START Excerpted records

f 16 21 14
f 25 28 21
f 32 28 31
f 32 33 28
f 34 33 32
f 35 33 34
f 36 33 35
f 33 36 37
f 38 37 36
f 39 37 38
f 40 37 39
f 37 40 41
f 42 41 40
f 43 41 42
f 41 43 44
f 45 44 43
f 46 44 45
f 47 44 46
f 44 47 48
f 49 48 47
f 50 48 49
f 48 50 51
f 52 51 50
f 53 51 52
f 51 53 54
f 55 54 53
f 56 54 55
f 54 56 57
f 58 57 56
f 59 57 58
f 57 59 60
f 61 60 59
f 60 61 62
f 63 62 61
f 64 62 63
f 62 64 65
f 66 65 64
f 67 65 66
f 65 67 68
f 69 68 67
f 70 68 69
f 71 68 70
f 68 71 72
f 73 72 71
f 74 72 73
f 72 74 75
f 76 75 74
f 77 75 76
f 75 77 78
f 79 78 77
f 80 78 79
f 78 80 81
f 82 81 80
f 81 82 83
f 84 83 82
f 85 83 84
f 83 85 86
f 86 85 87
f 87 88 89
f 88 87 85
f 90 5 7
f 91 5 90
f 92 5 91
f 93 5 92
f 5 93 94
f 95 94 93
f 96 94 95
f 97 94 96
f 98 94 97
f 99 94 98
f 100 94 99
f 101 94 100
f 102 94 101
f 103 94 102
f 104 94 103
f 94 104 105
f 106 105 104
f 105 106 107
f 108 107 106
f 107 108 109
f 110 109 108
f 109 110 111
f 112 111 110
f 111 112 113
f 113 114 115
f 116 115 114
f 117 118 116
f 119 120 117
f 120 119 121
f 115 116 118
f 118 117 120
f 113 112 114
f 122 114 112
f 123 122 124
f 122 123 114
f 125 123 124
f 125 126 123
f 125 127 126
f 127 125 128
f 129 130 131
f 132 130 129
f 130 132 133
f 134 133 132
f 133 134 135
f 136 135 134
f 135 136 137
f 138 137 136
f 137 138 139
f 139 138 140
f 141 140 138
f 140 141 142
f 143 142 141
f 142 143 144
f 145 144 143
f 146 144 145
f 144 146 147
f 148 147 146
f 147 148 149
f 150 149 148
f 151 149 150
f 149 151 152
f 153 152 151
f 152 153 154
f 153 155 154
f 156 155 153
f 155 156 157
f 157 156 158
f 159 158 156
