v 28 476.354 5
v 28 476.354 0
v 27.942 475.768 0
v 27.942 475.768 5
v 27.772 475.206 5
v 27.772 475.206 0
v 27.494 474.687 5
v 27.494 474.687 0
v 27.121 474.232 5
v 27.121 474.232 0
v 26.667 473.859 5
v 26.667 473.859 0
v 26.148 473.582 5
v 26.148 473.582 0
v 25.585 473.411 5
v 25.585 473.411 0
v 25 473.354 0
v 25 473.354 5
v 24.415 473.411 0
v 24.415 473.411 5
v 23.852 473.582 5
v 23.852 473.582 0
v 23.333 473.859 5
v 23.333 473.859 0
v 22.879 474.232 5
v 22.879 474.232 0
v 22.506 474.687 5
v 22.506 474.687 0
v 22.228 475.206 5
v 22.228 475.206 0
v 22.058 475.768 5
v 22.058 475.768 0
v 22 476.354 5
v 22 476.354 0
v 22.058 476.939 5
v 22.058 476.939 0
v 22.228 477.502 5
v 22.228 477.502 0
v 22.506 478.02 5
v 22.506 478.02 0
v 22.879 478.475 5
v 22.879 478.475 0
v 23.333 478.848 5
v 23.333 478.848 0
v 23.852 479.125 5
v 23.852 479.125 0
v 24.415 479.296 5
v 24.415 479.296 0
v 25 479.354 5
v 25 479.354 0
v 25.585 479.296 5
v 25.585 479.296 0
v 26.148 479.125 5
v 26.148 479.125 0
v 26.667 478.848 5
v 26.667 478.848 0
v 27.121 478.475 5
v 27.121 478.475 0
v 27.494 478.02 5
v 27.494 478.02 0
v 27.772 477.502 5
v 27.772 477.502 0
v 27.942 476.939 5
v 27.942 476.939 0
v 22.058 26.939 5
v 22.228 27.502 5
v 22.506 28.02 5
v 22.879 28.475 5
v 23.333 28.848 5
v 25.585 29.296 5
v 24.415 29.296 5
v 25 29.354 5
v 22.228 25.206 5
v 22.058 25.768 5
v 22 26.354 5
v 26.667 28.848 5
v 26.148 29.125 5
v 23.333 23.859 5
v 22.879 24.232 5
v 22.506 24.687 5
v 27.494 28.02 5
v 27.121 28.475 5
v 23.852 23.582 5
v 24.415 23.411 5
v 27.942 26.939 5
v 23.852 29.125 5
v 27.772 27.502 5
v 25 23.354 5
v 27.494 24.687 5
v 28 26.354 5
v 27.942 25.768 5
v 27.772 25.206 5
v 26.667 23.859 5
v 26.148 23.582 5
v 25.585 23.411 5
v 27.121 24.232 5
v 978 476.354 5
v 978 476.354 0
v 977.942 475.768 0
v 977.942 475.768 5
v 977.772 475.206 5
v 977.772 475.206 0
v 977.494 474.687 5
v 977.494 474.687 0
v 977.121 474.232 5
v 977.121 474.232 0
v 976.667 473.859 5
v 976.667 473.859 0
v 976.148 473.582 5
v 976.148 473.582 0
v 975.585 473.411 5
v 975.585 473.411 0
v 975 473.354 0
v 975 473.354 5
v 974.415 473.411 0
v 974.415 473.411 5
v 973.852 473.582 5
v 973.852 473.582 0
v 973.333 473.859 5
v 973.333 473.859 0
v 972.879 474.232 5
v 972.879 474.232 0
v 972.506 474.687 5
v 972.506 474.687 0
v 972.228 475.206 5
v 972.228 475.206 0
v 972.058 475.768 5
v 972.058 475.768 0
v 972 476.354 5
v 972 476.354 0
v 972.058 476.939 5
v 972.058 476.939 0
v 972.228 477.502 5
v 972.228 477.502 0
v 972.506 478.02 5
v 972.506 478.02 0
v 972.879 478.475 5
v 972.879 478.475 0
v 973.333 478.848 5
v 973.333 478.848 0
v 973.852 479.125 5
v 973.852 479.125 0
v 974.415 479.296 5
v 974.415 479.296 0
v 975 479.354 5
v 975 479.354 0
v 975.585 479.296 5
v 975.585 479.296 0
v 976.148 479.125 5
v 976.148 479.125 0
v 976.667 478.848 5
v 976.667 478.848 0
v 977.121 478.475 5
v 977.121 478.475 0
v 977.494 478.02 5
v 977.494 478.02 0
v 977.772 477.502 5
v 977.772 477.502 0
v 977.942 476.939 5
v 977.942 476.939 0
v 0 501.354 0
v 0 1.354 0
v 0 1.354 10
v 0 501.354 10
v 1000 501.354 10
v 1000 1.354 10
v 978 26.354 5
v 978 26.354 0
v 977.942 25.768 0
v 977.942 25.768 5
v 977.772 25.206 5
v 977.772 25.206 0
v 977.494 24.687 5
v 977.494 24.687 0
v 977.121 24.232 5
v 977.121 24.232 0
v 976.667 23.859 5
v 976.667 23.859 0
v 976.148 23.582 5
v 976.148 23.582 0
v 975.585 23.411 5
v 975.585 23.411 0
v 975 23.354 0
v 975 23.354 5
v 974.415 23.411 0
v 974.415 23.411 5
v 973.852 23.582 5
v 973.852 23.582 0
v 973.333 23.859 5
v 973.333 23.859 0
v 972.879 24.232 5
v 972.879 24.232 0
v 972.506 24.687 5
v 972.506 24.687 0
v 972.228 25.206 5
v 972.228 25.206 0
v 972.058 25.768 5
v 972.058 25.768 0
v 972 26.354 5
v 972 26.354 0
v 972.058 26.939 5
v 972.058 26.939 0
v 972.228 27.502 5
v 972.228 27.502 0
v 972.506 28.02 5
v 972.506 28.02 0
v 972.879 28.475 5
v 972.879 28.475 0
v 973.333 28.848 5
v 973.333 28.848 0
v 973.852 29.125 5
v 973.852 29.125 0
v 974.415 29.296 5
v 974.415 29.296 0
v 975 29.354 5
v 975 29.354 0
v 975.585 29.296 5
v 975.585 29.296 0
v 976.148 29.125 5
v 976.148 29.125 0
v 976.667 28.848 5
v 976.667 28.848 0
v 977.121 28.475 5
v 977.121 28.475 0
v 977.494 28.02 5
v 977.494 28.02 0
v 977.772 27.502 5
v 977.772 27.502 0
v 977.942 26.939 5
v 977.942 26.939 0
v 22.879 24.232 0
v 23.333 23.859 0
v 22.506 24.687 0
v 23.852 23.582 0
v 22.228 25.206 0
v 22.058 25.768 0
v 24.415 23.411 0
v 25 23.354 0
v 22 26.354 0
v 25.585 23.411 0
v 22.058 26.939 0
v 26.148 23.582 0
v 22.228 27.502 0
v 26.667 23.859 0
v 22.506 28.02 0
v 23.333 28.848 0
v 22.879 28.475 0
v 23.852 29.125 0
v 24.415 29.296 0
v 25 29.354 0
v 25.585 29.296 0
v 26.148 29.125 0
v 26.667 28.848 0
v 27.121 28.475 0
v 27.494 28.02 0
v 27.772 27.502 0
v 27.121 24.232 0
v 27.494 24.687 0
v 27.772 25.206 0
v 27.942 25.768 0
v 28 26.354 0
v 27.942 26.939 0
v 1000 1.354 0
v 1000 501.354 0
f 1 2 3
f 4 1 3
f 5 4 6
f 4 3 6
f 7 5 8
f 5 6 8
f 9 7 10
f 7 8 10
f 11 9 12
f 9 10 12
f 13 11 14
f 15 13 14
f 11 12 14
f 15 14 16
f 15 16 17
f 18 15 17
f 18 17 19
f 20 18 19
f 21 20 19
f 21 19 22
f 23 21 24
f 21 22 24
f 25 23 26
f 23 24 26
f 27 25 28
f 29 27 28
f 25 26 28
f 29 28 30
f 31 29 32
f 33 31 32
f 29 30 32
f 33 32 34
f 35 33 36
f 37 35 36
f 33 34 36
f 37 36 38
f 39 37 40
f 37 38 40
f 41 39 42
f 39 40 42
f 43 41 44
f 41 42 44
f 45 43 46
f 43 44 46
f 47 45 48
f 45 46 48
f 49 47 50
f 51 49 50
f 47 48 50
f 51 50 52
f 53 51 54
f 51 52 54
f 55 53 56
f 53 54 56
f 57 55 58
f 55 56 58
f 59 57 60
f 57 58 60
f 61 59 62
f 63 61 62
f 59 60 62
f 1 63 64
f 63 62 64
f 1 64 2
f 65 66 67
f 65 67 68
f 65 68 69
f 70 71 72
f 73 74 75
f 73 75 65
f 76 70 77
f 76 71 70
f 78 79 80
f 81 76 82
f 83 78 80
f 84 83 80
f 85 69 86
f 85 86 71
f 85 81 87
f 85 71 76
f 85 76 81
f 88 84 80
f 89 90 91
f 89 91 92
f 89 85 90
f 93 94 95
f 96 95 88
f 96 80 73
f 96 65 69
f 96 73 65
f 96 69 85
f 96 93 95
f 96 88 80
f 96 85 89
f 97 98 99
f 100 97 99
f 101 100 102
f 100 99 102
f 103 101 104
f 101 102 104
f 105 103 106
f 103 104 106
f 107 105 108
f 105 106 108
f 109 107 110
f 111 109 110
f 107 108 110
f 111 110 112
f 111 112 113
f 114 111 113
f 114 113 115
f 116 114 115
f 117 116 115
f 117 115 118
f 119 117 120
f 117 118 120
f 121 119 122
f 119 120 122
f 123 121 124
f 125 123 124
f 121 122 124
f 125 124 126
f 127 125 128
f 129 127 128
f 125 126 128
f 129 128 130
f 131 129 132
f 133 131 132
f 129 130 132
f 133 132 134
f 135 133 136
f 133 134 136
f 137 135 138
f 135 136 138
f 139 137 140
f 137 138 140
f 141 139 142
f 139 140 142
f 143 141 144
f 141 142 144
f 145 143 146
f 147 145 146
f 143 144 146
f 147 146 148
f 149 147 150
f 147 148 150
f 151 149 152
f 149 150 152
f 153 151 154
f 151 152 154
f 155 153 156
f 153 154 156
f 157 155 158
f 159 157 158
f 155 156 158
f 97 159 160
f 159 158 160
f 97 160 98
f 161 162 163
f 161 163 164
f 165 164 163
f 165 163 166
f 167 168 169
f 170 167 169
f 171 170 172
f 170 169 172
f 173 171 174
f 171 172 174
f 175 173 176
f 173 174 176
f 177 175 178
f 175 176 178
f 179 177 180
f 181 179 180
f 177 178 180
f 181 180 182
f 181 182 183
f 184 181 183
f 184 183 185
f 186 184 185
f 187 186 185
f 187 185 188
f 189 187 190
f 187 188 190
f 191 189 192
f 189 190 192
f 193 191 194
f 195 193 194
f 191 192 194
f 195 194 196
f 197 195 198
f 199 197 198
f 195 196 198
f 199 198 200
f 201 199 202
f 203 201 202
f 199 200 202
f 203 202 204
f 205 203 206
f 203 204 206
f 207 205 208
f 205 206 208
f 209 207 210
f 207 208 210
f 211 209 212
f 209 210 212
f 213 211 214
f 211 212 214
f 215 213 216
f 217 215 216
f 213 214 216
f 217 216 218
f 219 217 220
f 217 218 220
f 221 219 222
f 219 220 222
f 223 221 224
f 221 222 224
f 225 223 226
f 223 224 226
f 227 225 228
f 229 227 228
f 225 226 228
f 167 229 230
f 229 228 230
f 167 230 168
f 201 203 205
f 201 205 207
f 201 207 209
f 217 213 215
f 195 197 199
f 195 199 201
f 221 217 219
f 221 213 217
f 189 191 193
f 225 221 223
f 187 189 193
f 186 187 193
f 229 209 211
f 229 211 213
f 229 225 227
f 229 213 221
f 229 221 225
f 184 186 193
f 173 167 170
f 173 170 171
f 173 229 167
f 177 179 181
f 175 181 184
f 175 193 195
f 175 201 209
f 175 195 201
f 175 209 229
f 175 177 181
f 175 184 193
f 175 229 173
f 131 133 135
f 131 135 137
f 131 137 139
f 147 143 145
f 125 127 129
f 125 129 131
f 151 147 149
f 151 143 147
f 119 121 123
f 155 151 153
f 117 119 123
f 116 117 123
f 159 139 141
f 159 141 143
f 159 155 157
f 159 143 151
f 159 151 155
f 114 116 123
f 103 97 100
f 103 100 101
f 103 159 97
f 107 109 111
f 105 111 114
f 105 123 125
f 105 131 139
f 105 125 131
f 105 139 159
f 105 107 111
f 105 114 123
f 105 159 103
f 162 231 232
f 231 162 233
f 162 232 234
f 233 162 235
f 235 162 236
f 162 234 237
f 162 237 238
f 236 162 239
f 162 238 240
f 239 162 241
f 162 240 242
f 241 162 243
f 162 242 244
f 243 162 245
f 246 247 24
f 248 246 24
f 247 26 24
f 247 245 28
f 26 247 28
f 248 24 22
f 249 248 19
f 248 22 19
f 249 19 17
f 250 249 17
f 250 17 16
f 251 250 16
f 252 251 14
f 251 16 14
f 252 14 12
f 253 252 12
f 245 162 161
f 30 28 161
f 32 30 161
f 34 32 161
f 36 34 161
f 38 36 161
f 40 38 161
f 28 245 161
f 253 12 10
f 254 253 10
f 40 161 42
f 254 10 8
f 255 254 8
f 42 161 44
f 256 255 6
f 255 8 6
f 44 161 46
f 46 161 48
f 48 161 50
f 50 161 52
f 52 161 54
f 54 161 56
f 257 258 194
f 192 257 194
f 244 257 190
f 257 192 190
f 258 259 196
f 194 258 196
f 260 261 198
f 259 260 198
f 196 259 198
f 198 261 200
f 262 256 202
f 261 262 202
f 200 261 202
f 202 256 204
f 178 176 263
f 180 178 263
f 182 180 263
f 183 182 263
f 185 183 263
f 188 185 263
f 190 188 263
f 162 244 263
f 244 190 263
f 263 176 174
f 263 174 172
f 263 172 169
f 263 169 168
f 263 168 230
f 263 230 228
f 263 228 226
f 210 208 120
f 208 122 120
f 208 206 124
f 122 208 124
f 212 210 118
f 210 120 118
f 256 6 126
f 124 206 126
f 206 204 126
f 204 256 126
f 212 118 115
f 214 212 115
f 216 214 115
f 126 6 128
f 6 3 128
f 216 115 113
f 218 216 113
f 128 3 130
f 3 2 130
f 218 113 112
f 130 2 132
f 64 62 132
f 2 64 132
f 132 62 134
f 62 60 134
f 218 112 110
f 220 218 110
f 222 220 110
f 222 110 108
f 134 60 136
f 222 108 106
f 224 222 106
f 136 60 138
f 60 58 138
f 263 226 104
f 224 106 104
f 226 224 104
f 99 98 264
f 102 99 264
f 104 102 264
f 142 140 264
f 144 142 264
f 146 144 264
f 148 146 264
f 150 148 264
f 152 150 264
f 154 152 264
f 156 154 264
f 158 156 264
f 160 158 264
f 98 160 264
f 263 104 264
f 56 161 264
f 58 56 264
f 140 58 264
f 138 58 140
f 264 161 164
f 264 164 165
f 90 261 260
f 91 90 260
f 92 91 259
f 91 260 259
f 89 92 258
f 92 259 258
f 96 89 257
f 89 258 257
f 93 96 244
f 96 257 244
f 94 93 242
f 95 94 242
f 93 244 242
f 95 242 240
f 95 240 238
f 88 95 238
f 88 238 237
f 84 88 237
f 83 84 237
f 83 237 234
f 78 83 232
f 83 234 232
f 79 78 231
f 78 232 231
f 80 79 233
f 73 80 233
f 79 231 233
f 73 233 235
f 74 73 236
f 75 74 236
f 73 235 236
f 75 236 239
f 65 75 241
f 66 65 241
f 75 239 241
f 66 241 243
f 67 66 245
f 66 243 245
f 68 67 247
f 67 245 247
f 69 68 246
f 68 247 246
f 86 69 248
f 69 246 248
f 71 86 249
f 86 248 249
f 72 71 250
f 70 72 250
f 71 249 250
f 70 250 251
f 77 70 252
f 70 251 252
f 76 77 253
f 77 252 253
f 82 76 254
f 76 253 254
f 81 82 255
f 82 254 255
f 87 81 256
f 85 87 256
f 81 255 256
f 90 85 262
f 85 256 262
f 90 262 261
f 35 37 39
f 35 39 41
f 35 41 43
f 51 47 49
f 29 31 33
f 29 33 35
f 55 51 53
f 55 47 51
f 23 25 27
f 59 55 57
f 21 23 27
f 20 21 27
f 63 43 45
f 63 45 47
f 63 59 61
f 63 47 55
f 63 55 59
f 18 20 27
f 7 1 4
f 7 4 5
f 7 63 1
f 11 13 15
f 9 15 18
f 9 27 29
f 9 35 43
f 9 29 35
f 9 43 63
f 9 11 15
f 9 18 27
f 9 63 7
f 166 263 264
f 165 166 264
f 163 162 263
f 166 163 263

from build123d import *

# Parameters (mm, degrees)
F0_W     = 1000
F0_H     = 500
F1_DEPTH = 10
F2_R     = 3
F3_DEPTH = 5
F4_DEPTH = 5
F5_DEPTH = 5


with BuildPart() as f1:
    # F0 (on Top) → F1 (new body)
    with BuildSketch(Plane.XY):
        with Locations((500, 251.353577)):
            Rectangle(F0_W, F0_H)
    extrude(amount=F1_DEPTH)

    # F2 (on face) → F3 (cut)
    with BuildSketch(Plane(origin=(0, 0, 0), x_dir=(1, 0, 0), z_dir=(0, 0, -1))):
        with Locations((25, -26.353577)):
            Circle(F2_R)
    extrude(amount=-F3_DEPTH, mode=Mode.SUBTRACT)

    # F2 (on face) → F4 (cut)
    with BuildSketch(Plane(origin=(0, 0, 0), x_dir=(1, 0, 0), z_dir=(0, 0, -1))):
        with Locations((25, -476.353577)):
            Circle(F2_R)
    extrude(amount=-F4_DEPTH, mode=Mode.SUBTRACT)

    # F2 (on face) → F5 (cut)
    with BuildSketch(Plane(origin=(0, 0, 0), x_dir=(1, 0, 0), z_dir=(0, 0, -1))):
        with Locations((25, -26.353577)):
            Circle(F2_R)
        with Locations((25, -476.353577)):
            Circle(F2_R)
        with Locations((975, -26.353577)):
            Circle(F2_R)
        with Locations((975, -476.353577)):
            Circle(F2_R)
    extrude(amount=-F5_DEPTH, mode=Mode.SUBTRACT)


solid = f1.part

END Excerpted records

Exercise description —
Everything above from the line containing "f 195 197 199" down to the line containing "f 131 133 135" is to be transcribed exactly, with both of those lines included and nothing else added.

Solution for this task —
f 195 197 199
f 195 199 201
f 221 217 219
f 221 213 217
f 189 191 193
f 225 221 223
f 187 189 193
f 186 187 193
f 229 209 211
f 229 211 213
f 229 225 227
f 229 213 221
f 229 221 225
f 184 186 193
f 173 167 170
f 173 170 171
f 173 229 167
f 177 179 181
f 175 181 184
f 175 193 195
f 175 201 209
f 175 195 201
f 175 209 229
f 175 177 181
f 175 184 193
f 175 229 173
f 131 133 135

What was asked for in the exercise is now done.